Octagon succumbs to financial pressures


The new Octagon: no date for reopening, and now redundancies.
The new Octagon: no date for reopening, and now redundancies.

Bolton Octagon has joined the list of theatres that have made full-time staff redundant despite receiving emergency funds from government and other sources.

It has been revealed that the theatre has made six people redundant and will not replace six others who have left following the application of formal redundancy notices in November.

The Octagon's early predictions of a £500,000 deficit for 2020 have proved wildly adrift; the theatre now says 2021/22 could see the theatre £2.6 million down on where it might have expected to be.

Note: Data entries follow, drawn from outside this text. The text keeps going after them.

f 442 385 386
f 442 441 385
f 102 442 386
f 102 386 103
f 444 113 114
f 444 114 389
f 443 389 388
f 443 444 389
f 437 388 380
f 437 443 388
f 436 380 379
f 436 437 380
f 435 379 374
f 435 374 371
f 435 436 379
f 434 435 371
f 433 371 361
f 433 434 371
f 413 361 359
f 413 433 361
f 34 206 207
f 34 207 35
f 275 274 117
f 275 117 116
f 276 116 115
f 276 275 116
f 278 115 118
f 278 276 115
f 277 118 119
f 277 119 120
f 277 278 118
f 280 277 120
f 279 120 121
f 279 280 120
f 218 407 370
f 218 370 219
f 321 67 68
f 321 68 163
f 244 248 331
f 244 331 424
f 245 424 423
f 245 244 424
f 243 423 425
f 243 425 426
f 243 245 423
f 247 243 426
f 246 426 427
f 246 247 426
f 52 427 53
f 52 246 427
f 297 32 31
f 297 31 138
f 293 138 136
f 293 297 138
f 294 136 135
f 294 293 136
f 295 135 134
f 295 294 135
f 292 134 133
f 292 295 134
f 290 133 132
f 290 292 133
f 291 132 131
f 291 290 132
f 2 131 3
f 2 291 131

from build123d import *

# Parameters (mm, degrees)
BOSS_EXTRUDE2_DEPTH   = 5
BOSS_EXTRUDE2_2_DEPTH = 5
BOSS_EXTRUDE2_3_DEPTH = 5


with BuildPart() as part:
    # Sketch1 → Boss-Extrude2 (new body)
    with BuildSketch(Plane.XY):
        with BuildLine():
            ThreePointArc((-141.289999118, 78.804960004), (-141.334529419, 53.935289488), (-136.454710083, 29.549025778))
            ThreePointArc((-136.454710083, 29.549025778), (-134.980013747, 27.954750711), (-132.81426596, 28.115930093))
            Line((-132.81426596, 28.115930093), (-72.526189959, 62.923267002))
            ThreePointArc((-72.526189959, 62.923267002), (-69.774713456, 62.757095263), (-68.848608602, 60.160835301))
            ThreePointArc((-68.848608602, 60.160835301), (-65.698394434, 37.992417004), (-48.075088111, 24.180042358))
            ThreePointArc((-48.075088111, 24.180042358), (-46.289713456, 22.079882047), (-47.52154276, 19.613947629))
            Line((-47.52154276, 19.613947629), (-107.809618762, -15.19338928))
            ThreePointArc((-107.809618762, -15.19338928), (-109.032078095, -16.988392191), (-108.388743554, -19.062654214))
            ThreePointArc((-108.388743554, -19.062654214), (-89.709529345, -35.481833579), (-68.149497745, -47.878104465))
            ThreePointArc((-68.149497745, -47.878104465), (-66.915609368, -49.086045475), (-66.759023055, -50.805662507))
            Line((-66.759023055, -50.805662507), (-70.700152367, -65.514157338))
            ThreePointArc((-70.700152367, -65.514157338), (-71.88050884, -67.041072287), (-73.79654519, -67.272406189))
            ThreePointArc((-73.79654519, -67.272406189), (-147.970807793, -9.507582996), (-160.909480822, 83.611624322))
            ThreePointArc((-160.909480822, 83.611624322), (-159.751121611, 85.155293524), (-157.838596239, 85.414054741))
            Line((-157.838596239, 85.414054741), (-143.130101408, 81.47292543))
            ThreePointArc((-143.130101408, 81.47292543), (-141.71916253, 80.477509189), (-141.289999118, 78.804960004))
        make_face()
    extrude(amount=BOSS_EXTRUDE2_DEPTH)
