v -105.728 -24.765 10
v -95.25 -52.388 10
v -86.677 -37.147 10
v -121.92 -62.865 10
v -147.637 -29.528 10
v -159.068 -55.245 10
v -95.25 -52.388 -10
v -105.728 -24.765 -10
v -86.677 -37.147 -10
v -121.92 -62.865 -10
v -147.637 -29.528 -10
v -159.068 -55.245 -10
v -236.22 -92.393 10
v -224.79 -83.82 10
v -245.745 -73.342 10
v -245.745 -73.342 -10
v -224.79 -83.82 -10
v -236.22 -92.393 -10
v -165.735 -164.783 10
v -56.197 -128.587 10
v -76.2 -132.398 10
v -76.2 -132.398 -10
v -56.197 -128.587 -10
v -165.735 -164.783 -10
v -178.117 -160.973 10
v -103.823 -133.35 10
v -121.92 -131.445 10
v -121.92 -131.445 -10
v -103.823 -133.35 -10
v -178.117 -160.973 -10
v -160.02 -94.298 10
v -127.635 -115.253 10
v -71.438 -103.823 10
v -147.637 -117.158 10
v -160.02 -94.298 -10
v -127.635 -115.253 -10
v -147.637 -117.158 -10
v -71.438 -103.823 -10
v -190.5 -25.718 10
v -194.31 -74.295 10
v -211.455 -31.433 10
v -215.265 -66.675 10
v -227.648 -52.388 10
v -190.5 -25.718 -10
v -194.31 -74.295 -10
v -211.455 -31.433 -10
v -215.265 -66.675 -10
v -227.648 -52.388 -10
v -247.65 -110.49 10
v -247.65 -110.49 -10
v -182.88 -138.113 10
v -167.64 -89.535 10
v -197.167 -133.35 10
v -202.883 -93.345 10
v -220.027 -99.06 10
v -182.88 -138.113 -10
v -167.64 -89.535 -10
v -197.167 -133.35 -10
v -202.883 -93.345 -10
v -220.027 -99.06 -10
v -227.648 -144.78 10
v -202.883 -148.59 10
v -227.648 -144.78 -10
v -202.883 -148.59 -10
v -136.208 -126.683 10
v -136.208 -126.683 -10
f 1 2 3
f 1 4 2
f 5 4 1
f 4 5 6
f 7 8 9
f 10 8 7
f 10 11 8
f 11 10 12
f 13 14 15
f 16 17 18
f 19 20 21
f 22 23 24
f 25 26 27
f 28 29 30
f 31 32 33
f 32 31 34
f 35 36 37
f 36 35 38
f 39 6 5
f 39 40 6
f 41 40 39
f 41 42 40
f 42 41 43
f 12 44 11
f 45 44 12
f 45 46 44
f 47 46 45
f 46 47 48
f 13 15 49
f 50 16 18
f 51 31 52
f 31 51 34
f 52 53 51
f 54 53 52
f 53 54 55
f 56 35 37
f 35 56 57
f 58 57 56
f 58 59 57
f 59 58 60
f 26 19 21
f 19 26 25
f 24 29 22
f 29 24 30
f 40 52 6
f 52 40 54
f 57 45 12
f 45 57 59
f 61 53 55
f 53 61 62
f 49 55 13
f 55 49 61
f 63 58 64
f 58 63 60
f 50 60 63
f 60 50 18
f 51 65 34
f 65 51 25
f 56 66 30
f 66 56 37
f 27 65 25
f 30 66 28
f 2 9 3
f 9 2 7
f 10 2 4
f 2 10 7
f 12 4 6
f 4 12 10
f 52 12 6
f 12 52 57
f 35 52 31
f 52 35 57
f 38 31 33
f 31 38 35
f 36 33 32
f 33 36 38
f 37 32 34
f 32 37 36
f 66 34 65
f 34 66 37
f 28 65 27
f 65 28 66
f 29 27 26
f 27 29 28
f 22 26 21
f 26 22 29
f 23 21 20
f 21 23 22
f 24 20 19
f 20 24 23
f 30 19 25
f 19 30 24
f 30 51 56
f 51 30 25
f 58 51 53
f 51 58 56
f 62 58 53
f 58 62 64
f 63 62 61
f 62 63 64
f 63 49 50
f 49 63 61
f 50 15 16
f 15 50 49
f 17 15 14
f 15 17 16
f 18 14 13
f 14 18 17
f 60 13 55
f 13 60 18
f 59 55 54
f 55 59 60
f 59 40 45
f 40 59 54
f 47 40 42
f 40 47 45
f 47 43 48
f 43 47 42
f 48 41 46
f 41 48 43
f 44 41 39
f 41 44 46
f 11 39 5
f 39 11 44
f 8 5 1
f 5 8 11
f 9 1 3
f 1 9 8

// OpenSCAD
polyhedron(
    points=[
    [-86.6775, -37.1475, 10],
    [-95.25, -52.3875, 10],
    [-121.92, -62.865, 10],
    [-159.0675, -55.245, 10],
    [-167.64, -89.535, 10],
    [-160.02, -94.2975, 10],
    [-71.4375, -103.8225, 10],
    [-127.635, -115.2525, 10],
    [-147.6375, -117.1575, 10],
    [-136.2075, -126.6825, 10],
    [-121.92, -131.445, 10],
    [-103.8225, -133.35, 10],
    [-76.2, -132.3975, 10],
    [-56.1975, -128.5875, 10],
    [-165.735, -164.7825, 10],
    [-178.1175, -160.9725, 10],
    [-182.88, -138.1125, 10],
    [-197.1675, -133.35, 10],
    [-202.8825, -148.59, 10],
    [-227.6475, -144.78, 10],
    [-247.65, -110.49, 10],
    [-245.745, -73.3425, 10],
    [-224.79, -83.82, 10],
    [-236.22, -92.3925, 10],
    [-220.0275, -99.06, 10],
    [-202.8825, -93.345, 10],
    [-194.31, -74.295, 10],
    [-215.265, -66.675, 10],
    [-227.6475, -52.3875, 10],
    [-211.455, -31.4325, 10],
    [-190.5, -25.7175, 10],
    [-147.6375, -29.5275, 10],
    [-105.7275, -24.765, 10],
    [-86.6775, -37.1475, -10],
    [-95.25, -52.3875, -10],
    [-121.92, -62.865, -10],
    [-159.0675, -55.245, -10],
    [-167.64, -89.535, -10],
    [-160.02, -94.2975, -10],
    [-71.4375, -103.8225, -10],
    [-127.635, -115.2525, -10],
    [-147.6375, -117.1575, -10],
    [-136.2075, -126.6825, -10],
    [-121.92, -131.445, -10],
    [-103.8225, -133.35, -10],
    [-76.2, -132.3975, -10],
    [-56.1975, -128.5875, -10],
    [-165.735, -164.7825, -10],
    [-178.1175, -160.9725, -10],
    [-182.88, -138.1125, -10],
    [-197.1675, -133.35, -10],
    [-202.8825, -148.59, -10],
    [-227.6475, -144.78, -10],
    [-247.65, -110.49, -10],
    [-245.745, -73.3425, -10],
    [-224.79, -83.82, -10],
    [-236.22, -92.3925, -10],
    [-220.0275, -99.06, -10],
    [-202.8825, -93.345, -10],
    [-194.31, -74.295, -10],
    [-215.265, -66.675, -10],
    [-227.6475, -52.3875, -10],
    [-211.455, -31.4325, -10],
    [-190.5, -25.7175, -10],
    [-147.6375, -29.5275, -10],
    [-105.7275, -24.765, -10],
    ],
    faces=[
        [31,32,0,1,2,3],
        [36,35,34,33,65,64],
        [21,22,23],
        [56,55,54],
        [12,13,14],
        [47,46,45],
        [10,11,15],
        [48,44,43],
        [5,6,7,8],
        [41,40,39,38],
        [26,27,28,29,30,31,3],
        [36,64,63,62,61,60,59],
        [20,21,23],
        [56,54,53],
        [16,17,24,25,4,5,8],
        [41,38,37,58,57,50,49],
        [11,12,14,15],
        [48,47,45,44],
        [25,26,3,4],
        [37,36,59,58],
        [17,18,19,20,23,24],
        [57,56,53,52,51,50],
        [8,9,15,16],
        [49,48,42,41],
        [15,9,10],
        [43,42,48],
        [0,33,34,1],
        [1,34,35,2],
        [2,35,36,3],
        [3,36,37,4],
        [4,37,38,5],
        [5,38,39,6],
        [6,39,40,7],
        [7,40,41,8],
        [8,41,42,9],
        [9,42,43,10],
        [10,43,44,11],
        [11,44,45,12],
        [12,45,46,13],
        [13,46,47,14],
        [14,47,48,15],
        [15,48,49,16],
        [16,49,50,17],
        [17,50,51,18],
        [18,51,52,19],
        [19,52,53,20],
        [20,53,54,21],
        [21,54,55,22],
        [22,55,56,23],
        [23,56,57,24],
        [24,57,58,25],
        [25,58,59,26],
        [26,59,60,27],
        [27,60,61,28],
        [28,61,62,29],
        [29,62,63,30],
        [30,63,64,31],
        [31,64,65,32],
        [32,65,33,0],
    ]
);
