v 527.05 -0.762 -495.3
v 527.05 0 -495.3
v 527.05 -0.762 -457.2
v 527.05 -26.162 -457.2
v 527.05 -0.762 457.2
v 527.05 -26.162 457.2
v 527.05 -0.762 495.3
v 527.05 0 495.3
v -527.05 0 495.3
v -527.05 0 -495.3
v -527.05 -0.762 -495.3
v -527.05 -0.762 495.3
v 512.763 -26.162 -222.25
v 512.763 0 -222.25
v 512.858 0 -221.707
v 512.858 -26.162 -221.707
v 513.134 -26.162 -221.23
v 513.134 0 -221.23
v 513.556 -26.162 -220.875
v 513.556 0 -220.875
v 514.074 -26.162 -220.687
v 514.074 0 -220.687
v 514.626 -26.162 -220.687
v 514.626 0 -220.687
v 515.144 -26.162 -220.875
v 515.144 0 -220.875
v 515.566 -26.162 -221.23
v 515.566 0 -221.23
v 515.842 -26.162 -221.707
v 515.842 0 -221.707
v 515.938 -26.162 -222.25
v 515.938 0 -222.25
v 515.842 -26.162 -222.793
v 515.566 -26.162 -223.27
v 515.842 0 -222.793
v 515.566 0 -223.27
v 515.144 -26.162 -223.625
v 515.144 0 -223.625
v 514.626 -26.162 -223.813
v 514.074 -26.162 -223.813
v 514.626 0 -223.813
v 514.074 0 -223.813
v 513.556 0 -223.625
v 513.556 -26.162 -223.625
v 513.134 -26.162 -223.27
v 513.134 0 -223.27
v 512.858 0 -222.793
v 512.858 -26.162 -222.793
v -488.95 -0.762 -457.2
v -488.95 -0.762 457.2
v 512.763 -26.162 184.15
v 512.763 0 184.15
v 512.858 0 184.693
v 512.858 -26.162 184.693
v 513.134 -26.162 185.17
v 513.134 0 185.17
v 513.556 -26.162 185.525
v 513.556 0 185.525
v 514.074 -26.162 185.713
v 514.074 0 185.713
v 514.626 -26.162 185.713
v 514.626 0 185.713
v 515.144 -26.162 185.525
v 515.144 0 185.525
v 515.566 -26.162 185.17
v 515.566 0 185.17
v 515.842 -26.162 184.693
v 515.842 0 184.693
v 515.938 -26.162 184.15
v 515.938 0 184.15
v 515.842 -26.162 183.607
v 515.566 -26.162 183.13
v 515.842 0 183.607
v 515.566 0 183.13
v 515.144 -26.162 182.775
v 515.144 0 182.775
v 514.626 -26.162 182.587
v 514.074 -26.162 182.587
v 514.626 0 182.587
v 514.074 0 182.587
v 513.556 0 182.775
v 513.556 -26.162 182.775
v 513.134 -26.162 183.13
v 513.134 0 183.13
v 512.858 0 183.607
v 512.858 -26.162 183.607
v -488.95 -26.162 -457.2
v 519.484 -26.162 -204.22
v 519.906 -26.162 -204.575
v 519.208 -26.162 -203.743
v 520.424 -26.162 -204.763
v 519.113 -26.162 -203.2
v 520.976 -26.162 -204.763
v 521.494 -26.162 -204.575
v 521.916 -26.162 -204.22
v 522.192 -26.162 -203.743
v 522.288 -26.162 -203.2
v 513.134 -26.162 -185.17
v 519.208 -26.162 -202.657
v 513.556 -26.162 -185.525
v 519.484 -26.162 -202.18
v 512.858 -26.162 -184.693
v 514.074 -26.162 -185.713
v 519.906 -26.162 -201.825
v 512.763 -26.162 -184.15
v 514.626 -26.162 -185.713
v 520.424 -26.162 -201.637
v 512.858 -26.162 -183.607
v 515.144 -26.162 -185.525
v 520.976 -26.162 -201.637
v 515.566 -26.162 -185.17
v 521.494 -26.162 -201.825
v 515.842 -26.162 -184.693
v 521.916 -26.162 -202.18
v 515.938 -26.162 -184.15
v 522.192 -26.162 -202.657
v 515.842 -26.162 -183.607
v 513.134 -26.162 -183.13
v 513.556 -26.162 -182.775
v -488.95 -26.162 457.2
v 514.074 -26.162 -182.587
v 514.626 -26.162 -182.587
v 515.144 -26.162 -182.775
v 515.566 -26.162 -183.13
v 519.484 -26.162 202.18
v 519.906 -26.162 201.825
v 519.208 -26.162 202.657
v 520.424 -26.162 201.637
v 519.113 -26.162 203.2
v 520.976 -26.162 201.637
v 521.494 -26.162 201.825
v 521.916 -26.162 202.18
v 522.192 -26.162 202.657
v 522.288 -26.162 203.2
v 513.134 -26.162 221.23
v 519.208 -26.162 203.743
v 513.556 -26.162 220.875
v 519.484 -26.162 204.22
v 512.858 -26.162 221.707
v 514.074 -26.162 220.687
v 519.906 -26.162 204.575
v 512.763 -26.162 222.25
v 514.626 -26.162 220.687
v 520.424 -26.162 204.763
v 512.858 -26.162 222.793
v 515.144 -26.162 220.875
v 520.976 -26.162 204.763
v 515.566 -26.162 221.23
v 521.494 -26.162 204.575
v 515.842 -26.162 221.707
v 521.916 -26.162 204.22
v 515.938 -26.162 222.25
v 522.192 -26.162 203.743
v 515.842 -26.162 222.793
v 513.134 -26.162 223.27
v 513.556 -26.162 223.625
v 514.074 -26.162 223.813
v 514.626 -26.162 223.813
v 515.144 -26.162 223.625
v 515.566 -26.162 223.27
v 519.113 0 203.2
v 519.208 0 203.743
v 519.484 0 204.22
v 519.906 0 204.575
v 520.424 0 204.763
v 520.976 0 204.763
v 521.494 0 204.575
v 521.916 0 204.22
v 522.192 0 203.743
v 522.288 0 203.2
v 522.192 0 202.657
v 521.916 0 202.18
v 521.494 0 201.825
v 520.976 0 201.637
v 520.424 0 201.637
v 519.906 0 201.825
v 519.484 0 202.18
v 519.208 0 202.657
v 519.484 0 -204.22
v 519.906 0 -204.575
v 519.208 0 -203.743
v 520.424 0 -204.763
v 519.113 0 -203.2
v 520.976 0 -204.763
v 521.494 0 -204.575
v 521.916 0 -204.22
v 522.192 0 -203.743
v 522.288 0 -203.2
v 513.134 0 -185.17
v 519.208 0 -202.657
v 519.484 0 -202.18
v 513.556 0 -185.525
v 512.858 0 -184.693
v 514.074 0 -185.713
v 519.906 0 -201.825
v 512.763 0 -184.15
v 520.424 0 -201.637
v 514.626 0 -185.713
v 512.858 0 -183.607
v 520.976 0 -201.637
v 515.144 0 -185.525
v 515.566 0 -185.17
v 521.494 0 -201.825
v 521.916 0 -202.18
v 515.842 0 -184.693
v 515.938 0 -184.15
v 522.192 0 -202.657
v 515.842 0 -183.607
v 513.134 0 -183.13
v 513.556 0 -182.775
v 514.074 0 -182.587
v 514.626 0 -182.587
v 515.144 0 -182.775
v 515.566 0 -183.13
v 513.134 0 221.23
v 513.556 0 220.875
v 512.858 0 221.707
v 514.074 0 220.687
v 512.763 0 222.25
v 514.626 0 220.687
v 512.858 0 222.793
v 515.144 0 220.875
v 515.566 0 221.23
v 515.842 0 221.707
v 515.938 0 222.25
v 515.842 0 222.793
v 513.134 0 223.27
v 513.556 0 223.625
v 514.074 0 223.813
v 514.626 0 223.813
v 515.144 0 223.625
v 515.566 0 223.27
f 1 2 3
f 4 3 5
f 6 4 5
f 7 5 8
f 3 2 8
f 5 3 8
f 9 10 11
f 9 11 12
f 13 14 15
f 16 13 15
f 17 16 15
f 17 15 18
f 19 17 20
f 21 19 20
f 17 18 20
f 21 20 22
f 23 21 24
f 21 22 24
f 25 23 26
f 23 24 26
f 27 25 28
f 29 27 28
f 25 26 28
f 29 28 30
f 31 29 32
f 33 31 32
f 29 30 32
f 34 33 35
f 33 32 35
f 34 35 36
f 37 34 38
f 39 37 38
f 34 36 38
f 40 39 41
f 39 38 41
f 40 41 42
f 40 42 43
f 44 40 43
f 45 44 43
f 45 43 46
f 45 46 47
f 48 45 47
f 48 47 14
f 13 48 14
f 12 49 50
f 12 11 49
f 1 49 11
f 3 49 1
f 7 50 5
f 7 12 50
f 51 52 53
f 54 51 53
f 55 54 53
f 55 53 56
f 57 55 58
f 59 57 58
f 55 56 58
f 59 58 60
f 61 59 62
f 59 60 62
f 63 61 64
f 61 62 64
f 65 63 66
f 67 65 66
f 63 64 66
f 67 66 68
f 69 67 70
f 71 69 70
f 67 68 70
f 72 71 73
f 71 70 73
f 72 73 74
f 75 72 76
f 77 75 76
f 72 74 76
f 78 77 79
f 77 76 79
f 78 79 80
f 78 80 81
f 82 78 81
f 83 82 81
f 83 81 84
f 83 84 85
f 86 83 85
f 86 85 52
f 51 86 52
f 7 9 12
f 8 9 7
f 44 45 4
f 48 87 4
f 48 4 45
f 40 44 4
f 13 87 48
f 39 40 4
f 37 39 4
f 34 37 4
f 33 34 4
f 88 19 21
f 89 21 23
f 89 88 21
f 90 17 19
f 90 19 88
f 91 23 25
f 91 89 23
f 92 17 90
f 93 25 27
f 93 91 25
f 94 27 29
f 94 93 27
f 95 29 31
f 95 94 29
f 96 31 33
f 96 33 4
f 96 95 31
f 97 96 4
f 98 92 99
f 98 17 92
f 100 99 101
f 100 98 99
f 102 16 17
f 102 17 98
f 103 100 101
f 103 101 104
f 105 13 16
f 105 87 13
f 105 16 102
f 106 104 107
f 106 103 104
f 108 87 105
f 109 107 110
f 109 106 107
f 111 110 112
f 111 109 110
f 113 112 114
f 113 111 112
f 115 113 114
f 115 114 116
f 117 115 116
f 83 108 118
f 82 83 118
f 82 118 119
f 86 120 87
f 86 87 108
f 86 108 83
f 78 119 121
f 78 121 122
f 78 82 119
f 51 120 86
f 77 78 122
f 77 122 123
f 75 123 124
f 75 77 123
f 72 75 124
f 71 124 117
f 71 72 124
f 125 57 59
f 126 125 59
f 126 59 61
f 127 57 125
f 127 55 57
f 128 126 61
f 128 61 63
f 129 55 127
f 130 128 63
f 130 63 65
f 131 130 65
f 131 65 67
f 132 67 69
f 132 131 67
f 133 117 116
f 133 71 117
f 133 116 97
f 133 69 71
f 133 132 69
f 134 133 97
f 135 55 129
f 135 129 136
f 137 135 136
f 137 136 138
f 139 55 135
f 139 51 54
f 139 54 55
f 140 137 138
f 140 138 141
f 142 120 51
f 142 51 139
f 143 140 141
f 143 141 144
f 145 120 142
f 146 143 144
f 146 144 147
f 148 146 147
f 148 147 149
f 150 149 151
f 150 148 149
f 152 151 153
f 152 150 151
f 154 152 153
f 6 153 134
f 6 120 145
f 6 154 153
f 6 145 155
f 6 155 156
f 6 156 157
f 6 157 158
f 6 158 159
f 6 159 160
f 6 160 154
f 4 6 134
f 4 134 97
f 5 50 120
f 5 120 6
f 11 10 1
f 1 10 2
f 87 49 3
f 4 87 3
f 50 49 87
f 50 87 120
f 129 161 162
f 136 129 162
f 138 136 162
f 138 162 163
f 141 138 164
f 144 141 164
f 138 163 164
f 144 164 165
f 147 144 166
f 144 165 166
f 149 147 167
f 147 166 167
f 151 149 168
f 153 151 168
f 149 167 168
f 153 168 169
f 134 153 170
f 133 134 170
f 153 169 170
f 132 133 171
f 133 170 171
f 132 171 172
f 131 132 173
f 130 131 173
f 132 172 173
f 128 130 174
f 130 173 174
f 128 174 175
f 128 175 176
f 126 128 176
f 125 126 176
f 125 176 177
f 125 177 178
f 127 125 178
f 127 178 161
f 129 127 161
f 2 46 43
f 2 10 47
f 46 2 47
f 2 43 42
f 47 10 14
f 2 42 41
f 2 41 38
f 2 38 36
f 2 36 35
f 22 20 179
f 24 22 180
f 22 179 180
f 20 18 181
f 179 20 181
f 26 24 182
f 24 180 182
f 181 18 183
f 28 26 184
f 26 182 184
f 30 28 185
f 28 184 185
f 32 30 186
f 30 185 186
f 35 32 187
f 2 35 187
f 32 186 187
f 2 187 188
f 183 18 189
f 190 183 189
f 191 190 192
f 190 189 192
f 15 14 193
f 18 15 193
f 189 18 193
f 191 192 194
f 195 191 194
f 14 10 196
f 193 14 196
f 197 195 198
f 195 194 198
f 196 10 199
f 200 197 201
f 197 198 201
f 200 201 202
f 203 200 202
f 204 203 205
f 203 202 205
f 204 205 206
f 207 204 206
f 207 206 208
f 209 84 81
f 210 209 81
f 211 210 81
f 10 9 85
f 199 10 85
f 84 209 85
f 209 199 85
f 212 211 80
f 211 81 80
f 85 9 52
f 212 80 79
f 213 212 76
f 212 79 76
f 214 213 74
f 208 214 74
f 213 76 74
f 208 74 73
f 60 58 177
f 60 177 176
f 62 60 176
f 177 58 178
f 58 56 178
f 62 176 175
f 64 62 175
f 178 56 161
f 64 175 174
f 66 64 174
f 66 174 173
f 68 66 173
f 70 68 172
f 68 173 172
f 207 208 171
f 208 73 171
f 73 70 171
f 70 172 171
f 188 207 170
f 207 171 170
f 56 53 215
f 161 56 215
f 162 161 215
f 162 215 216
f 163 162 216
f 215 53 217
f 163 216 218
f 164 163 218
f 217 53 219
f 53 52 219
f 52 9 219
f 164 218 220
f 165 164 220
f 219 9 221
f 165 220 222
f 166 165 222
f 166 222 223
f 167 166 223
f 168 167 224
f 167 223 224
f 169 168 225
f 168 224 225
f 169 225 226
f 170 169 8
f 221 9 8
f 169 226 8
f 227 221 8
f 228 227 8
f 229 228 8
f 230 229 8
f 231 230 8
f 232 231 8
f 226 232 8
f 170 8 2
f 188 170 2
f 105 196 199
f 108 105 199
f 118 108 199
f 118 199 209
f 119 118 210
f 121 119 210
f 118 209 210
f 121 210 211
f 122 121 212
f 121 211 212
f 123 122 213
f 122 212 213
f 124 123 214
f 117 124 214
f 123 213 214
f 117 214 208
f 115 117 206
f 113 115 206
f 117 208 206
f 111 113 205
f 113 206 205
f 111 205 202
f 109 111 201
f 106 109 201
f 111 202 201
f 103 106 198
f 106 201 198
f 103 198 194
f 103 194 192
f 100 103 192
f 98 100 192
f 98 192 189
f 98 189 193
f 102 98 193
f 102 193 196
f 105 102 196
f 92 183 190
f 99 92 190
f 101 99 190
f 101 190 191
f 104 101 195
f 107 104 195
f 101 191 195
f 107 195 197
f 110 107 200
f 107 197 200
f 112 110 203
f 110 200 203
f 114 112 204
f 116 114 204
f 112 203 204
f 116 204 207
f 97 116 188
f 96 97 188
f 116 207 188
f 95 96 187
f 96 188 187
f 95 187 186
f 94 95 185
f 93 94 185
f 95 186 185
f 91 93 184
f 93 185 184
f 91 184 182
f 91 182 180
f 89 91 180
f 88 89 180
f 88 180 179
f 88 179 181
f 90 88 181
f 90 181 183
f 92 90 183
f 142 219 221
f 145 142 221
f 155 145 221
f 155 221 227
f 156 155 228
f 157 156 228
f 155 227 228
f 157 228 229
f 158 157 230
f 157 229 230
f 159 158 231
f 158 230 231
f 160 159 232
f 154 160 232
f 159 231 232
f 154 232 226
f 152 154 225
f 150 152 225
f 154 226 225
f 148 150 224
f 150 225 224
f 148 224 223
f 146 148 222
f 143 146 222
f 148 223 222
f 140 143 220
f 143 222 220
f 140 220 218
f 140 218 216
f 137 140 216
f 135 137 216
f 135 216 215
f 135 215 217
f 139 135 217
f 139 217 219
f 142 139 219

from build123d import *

# Parameters (mm, degrees)
F0_W     = 1054.1
F0_H     = 990.6
F1_DEPTH = 0.762
F2_W     = 1016
F2_H     = 914.4
F3_DEPTH = 25.4
F4_R     = 1.5875
F5_DEPTH = 26.163


with BuildPart() as f1:
    # F0 (on Front) → F1 (new body)
    with BuildSketch(Plane.XZ):
        Rectangle(F0_W, F0_H)
    extrude(amount=F1_DEPTH)

    # F2 (on face) → F3 (join)
    with BuildSketch(Plane.XZ.offset(0.762)):
        with Locations((19.05, 0)):
            Rectangle(F2_W, F2_H)
    extrude(amount=F3_DEPTH)

    # F4 (on face) → F5 (cut, through all)
    with BuildSketch(Plane(origin=(0, 0, 0), x_dir=(-1, 0, 0), z_dir=(0, 1, 0))):
        with Locations((-520.7, 203.2)):
            Circle(F4_R)
        with Locations((-514.35, 222.25)):
            Circle(F4_R)
        with Locations((-514.35, 184.15)):
            Circle(F4_R)
        with Locations((-514.35, -184.15)):
            Circle(F4_R)
        with Locations((-520.7, -203.2)):
            Circle(F4_R)
        with Locations((-514.35, -222.25)):
            Circle(F4_R)
    extrude(amount=-F5_DEPTH, mode=Mode.SUBTRACT)


solid = f1.part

This is despite the favourite Bolton venue receiving over £620,000 from the Government’s Culture Recovery Fund and, this week, another £320,000 from a charitable foundation, not to mention public donations of tens of thousands more from an early-lockdown crowd-funding appeal.

The theatre says redundancies were a last resort to protect the future of a theatre that had been dark for many months prior to the pandemic while a costly rebuilding project was completed. The new theatre was expected to open last summer, but there is currently no schedule for that to happen.

The dire financial situation has led to the loss of three stage management team members and three others. Six more vacancies, caused by voluntary departures and jobs expected to be created by the theatre reopening, will remain unfilled.

The change is not temporary: management intends not to engage permanent stage management staff in future but will hire people production-by-production when operations resume.

The cuts have raised widespread union criticism. Equity has accepted temporary variations in employment agreements with theatres to reduce the impact of severe financial restrictions, but admits disappointment that Bolton and others have announced redundancies after coping for much of a year.

The theatre says it no longer had any choice but to review staff size, and that “painful decisions” had been needed to protect against the uncertainty of a reopening date.